YOUR TASK:
Every line below between the one holding "e34 v26 v27 LINE" and the one holding "e44 v32 v32", inclusive, should be copied exactly, and no other line.

RECORDS SHOWN:
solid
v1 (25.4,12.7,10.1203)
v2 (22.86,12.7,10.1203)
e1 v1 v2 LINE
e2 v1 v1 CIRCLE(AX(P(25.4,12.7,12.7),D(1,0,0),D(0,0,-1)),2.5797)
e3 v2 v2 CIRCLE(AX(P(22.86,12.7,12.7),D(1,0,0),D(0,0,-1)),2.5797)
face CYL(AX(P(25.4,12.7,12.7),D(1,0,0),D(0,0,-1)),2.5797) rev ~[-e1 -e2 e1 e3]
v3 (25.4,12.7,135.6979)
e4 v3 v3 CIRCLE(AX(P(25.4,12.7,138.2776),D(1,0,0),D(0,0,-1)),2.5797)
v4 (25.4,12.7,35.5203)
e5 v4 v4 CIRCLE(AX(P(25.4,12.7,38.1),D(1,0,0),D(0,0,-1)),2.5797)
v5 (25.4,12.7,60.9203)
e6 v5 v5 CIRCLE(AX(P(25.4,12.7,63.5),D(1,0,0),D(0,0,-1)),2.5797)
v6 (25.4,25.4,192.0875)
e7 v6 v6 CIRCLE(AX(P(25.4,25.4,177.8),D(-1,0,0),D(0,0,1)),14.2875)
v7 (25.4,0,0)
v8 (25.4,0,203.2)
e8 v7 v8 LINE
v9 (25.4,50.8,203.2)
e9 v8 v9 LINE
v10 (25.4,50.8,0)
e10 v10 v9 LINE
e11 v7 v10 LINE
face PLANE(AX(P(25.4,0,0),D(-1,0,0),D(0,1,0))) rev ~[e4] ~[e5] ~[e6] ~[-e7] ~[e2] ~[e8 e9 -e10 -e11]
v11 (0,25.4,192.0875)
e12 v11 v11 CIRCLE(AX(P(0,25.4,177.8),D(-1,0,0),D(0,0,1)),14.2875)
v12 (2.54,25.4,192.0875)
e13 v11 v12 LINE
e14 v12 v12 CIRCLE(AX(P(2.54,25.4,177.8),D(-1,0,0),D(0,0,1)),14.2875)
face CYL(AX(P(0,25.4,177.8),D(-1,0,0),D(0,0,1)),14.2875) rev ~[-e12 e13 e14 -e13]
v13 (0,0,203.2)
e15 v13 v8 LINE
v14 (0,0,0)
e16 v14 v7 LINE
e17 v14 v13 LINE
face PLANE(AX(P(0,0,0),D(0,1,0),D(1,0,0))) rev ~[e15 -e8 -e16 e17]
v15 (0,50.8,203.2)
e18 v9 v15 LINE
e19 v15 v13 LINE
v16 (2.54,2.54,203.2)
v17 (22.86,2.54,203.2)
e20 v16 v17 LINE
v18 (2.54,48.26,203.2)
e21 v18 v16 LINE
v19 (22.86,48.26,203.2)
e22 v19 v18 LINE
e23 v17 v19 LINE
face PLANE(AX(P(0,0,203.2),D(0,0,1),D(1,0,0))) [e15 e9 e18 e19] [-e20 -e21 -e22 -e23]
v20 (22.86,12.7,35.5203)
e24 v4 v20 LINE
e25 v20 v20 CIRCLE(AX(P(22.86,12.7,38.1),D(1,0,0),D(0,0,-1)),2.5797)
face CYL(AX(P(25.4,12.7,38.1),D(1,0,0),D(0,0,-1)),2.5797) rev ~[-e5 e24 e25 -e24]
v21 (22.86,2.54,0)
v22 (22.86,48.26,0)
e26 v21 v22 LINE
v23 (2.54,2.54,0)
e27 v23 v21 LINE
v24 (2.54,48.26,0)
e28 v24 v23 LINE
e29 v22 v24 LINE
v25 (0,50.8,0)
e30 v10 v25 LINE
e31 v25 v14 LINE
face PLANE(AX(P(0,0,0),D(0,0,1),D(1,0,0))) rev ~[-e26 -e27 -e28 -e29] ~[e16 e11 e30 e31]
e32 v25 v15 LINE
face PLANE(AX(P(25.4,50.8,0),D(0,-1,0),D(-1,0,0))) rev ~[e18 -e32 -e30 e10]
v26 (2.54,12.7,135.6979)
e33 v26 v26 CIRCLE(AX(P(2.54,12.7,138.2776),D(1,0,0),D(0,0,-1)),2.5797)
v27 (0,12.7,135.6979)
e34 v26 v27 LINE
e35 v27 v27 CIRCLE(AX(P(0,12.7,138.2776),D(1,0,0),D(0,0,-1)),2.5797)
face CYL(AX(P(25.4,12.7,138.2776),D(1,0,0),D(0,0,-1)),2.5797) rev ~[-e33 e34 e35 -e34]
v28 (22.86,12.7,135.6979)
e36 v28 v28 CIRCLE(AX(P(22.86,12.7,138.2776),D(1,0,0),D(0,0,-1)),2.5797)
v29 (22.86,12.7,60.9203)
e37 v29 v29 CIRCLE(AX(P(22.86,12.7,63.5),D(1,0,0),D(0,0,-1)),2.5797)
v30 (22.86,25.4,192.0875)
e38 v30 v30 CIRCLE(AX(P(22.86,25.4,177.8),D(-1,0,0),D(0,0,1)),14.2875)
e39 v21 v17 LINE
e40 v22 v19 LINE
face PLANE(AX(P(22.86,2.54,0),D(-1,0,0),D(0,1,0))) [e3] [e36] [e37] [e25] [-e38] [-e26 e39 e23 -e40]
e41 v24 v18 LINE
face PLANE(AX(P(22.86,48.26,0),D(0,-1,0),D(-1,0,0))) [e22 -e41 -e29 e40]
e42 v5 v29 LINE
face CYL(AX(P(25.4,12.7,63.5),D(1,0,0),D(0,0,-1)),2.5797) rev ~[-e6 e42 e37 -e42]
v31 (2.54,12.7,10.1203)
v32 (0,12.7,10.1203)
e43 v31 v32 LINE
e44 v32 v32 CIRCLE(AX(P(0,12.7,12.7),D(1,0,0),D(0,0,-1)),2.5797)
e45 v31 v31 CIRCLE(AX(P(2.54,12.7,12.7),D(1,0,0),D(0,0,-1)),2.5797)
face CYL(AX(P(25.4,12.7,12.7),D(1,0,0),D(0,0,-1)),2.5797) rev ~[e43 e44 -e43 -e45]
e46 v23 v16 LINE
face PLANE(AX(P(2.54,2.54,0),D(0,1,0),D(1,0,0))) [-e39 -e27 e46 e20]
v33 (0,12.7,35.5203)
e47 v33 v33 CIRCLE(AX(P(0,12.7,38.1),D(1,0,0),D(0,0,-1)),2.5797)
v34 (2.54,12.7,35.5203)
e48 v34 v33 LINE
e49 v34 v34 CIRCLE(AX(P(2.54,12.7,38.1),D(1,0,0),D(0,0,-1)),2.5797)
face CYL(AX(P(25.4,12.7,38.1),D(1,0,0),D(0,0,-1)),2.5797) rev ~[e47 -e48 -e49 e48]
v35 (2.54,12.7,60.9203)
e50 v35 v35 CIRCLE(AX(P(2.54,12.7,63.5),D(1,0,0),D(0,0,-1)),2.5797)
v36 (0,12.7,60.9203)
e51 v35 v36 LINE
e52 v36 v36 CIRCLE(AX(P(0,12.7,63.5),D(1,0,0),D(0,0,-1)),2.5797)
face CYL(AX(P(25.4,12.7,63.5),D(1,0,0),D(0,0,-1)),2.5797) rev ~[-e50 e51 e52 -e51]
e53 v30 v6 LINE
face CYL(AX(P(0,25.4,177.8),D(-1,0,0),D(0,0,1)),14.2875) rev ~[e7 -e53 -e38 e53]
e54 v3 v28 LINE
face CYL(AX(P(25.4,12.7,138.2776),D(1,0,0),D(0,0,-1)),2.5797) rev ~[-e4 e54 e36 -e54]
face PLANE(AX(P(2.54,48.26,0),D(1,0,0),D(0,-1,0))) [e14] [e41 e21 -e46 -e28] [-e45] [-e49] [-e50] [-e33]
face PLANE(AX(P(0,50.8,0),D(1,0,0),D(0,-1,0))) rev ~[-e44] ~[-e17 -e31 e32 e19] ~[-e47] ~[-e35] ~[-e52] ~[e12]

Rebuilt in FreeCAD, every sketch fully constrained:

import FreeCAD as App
import Part
import Sketcher
Q = App.Units.Quantity

doc = App.newDocument("Part")
params = doc.addObject("Spreadsheet::Sheet", "Params")
for row, (alias, value) in enumerate([
    ("sketch1_width", "1 in"),
    ("sketch1_height", "2 in"),
    ("pad1_length", "8 in"),
    ("sketch2_diameter", "0.203126 in"),
    ("pocket1_length", "8 in"),
    ("sketch3_diameter", "0.203126 in"),
    ("pocket2_length", "8 in"),
    ("sketch4_diameter", "1.125 in"),
    ("pocket3_length", "1 in"),
], start=1):
    params.set(f"A{row}", alias)
    params.set(f"B{row}", "=" + value)
    params.setAlias(f"B{row}", alias)

body = doc.addObject("PartDesign::Body", "Body")

# Sketch on XY plane
sketch1 = doc.addObject("Sketcher::SketchObject", "Sketch")
body.addObject(sketch1)
sketch1.AttachmentSupport = (doc.XY_Plane, [""])
sketch1.MapMode = "FlatFace"
sketch1.addGeometry(Part.LineSegment(App.Vector(0, 51, 0), App.Vector(0, 0, 0)), False)
sketch1.addGeometry(Part.LineSegment(App.Vector(0, 0, 0), App.Vector(25, 0, 0)), False)
sketch1.addGeometry(Part.LineSegment(App.Vector(25, 0, 0), App.Vector(25, 51, 0)), False)
sketch1.addGeometry(Part.LineSegment(App.Vector(25, 51, 0), App.Vector(0, 51, 0)), False)
sketch1.addGeometry(Part.LineSegment(App.Vector(3, 48, 0), App.Vector(23, 48, 0)), False)
sketch1.addGeometry(Part.LineSegment(App.Vector(23, 48, 0), App.Vector(23, 3, 0)), False)
sketch1.addGeometry(Part.LineSegment(App.Vector(23, 3, 0), App.Vector(3, 3, 0)), False)
sketch1.addGeometry(Part.LineSegment(App.Vector(3, 3, 0), App.Vector(3, 48, 0)), False)
sketch1.addConstraint(Sketcher.Constraint("Coincident", 0, 2, 1, 1))
sketch1.addConstraint(Sketcher.Constraint("Coincident", 1, 2, 2, 1))
sketch1.addConstraint(Sketcher.Constraint("Coincident", 2, 2, 3, 1))
sketch1.addConstraint(Sketcher.Constraint("Coincident", 3, 2, 0, 1))
sketch1.addConstraint(Sketcher.Constraint("Coincident", 4, 2, 5, 1))
sketch1.addConstraint(Sketcher.Constraint("Coincident", 5, 2, 6, 1))
sketch1.addConstraint(Sketcher.Constraint("Coincident", 6, 2, 7, 1))
sketch1.addConstraint(Sketcher.Constraint("Coincident", 7, 2, 4, 1))
sketch1.addConstraint(Sketcher.Constraint("Vertical", 0))
sketch1.addConstraint(Sketcher.Constraint("Horizontal", 1))
sketch1.addConstraint(Sketcher.Constraint("Vertical", 2))
sketch1.addConstraint(Sketcher.Constraint("Horizontal", 3))
sketch1.addConstraint(Sketcher.Constraint("Horizontal", 4))
sketch1.addConstraint(Sketcher.Constraint("Vertical", 5))
sketch1.addConstraint(Sketcher.Constraint("Horizontal", 6))
sketch1.addConstraint(Sketcher.Constraint("Vertical", 7))
sketch1.addConstraint(Sketcher.Constraint("Coincident", 0, 2, -1, 1))
sketch1.addConstraint(Sketcher.Constraint("DistanceX", 1, 1, 1, 2, Q("1 in")))
sketch1.addConstraint(Sketcher.Constraint("DistanceY", 0, 2, 0, 1, Q("2 in")))
sketch1.addConstraint(Sketcher.Constraint("DistanceY", -1, 1, 5, 2, Q("0.1 in")))
sketch1.addConstraint(Sketcher.Constraint("DistanceX", -1, 1, 6, 2, Q("0.1 in")))
sketch1.addConstraint(Sketcher.Constraint("DistanceX", 4, 2, 2, 2, Q("0.1 in")))
sketch1.addConstraint(Sketcher.Constraint("DistanceY", 4, 2, 2, 2, Q("0.1 in")))
sketch1.setExpression("Constraints[17]", "Params.sketch1_width")
sketch1.setExpression("Constraints[18]", "Params.sketch1_height")
pad1 = doc.addObject("PartDesign::Pad", "Pad")
body.addObject(pad1)
pad1.Profile = sketch1
pad1.setExpression("Length", "Params.pad1_length")

# Sketch on YZ plane
sketch2 = doc.addObject("Sketcher::SketchObject", "Sketch001")
body.addObject(sketch2)
sketch2.AttachmentSupport = (doc.YZ_Plane, [""])
sketch2.MapMode = "FlatFace"
sketch2.AttachmentOffset = App.Placement(App.Vector(0, 0, 1 * 25.4), App.Rotation())
sketch2.addGeometry(Part.Circle(App.Vector(12.7, 12.7, 0), App.Vector(0, 0, 1), 2.6), False)
sketch2.addGeometry(Part.Circle(App.Vector(12.7, 63.5, 0), App.Vector(0, 0, 1), 2.6), False)
sketch2.addGeometry(Part.Circle(App.Vector(12.7, 38.1, 0), App.Vector(0, 0, 1), 2.6), False)
sketch2.addConstraint(Sketcher.Constraint("Equal", 0, 1))
sketch2.addConstraint(Sketcher.Constraint("Equal", 1, 2))
sketch2.addConstraint(Sketcher.Constraint("Vertical", 0, 3, 1, 3))
sketch2.addConstraint(Sketcher.Constraint("Vertical", 1, 3, 2, 3))
sketch2.addConstraint(Sketcher.Constraint("Diameter", 0, Q("0.203126 in")))
sketch2.addConstraint(Sketcher.Constraint("DistanceY", 2, 3, 1, 3, Q("1 in")))
sketch2.addConstraint(Sketcher.Constraint("DistanceY", 0, 3, 2, 3, Q("1 in")))
sketch2.addConstraint(Sketcher.Constraint("DistanceX", -1, 1, 0, 3, Q("0.5 in")))
sketch2.addConstraint(Sketcher.Constraint("DistanceY", -1, 1, 0, 3, Q("0.5 in")))
sketch2.setExpression("Constraints[4]", "Params.sketch2_diameter")
pocket1 = doc.addObject("PartDesign::Pocket", "Pocket")
body.addObject(pocket1)
pocket1.Profile = sketch2
pocket1.setExpression("Length", "Params.pocket1_length")

# Sketch on YZ plane
sketch3 = doc.addObject("Sketcher::SketchObject", "Sketch002")
body.addObject(sketch3)
sketch3.AttachmentSupport = (doc.YZ_Plane, [""])
sketch3.MapMode = "FlatFace"
sketch3.AttachmentOffset = App.Placement(App.Vector(0, 0, 1 * 25.4), App.Rotation())
sketch3.addGeometry(Part.Circle(App.Vector(12.7, 138.3, 0), App.Vector(0, 0, 1), 2.6), False)
sketch3.addConstraint(Sketcher.Constraint("Diameter", 0, Q("0.203126 in")))
sketch3.addConstraint(Sketcher.Constraint("DistanceX", -1, 1, 0, 3, Q("0.5 in")))
sketch3.addConstraint(Sketcher.Constraint("DistanceY", -1, 1, 0, 3, Q("5.444 in")))
sketch3.setExpression("Constraints[0]", "Params.sketch3_diameter")
pocket2 = doc.addObject("PartDesign::Pocket", "Pocket001")
body.addObject(pocket2)
pocket2.Profile = sketch3
pocket2.setExpression("Length", "Params.pocket2_length")

# Sketch on YZ plane
sketch4 = doc.addObject("Sketcher::SketchObject", "Sketch003")
body.addObject(sketch4)
sketch4.AttachmentSupport = (doc.YZ_Plane, [""])
sketch4.MapMode = "FlatFace"
sketch4.addGeometry(Part.Circle(App.Vector(25, 178, 0), App.Vector(0, 0, 1), 14), False)
sketch4.addConstraint(Sketcher.Constraint("Diameter", 0, Q("1.125 in")))
sketch4.addConstraint(Sketcher.Constraint("DistanceX", -1, 1, 0, 3, Q("1 in")))
sketch4.addConstraint(Sketcher.Constraint("DistanceY", -1, 1, 0, 3, Q("7 in")))
sketch4.setExpression("Constraints[0]", "Params.sketch4_diameter")
pocket3 = doc.addObject("PartDesign::Pocket", "Pocket002")
body.addObject(pocket3)
pocket3.Profile = sketch4
pocket3.setExpression("Length", "Params.pocket3_length")
pocket3.Reversed = True

doc.recompute()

THE ANSWER:
e34 v26 v27 LINE
e35 v27 v27 CIRCLE(AX(P(0,12.7,138.2776),D(1,0,0),D(0,0,-1)),2.5797)
face CYL(AX(P(25.4,12.7,138.2776),D(1,0,0),D(0,0,-1)),2.5797) rev ~[-e33 e34 e35 -e34]
v28 (22.86,12.7,135.6979)
e36 v28 v28 CIRCLE(AX(P(22.86,12.7,138.2776),D(1,0,0),D(0,0,-1)),2.5797)
v29 (22.86,12.7,60.9203)
e37 v29 v29 CIRCLE(AX(P(22.86,12.7,63.5),D(1,0,0),D(0,0,-1)),2.5797)
v30 (22.86,25.4,192.0875)
e38 v30 v30 CIRCLE(AX(P(22.86,25.4,177.8),D(-1,0,0),D(0,0,1)),14.2875)
e39 v21 v17 LINE
e40 v22 v19 LINE
face PLANE(AX(P(22.86,2.54,0),D(-1,0,0),D(0,1,0))) [e3] [e36] [e37] [e25] [-e38] [-e26 e39 e23 -e40]
e41 v24 v18 LINE
face PLANE(AX(P(22.86,48.26,0),D(0,-1,0),D(-1,0,0))) [e22 -e41 -e29 e40]
e42 v5 v29 LINE
face CYL(AX(P(25.4,12.7,63.5),D(1,0,0),D(0,0,-1)),2.5797) rev ~[-e6 e42 e37 -e42]
v31 (2.54,12.7,10.1203)
v32 (0,12.7,10.1203)
e43 v31 v32 LINE
e44 v32 v32 CIRCLE(AX(P(0,12.7,12.7),D(1,0,0),D(0,0,-1)),2.5797)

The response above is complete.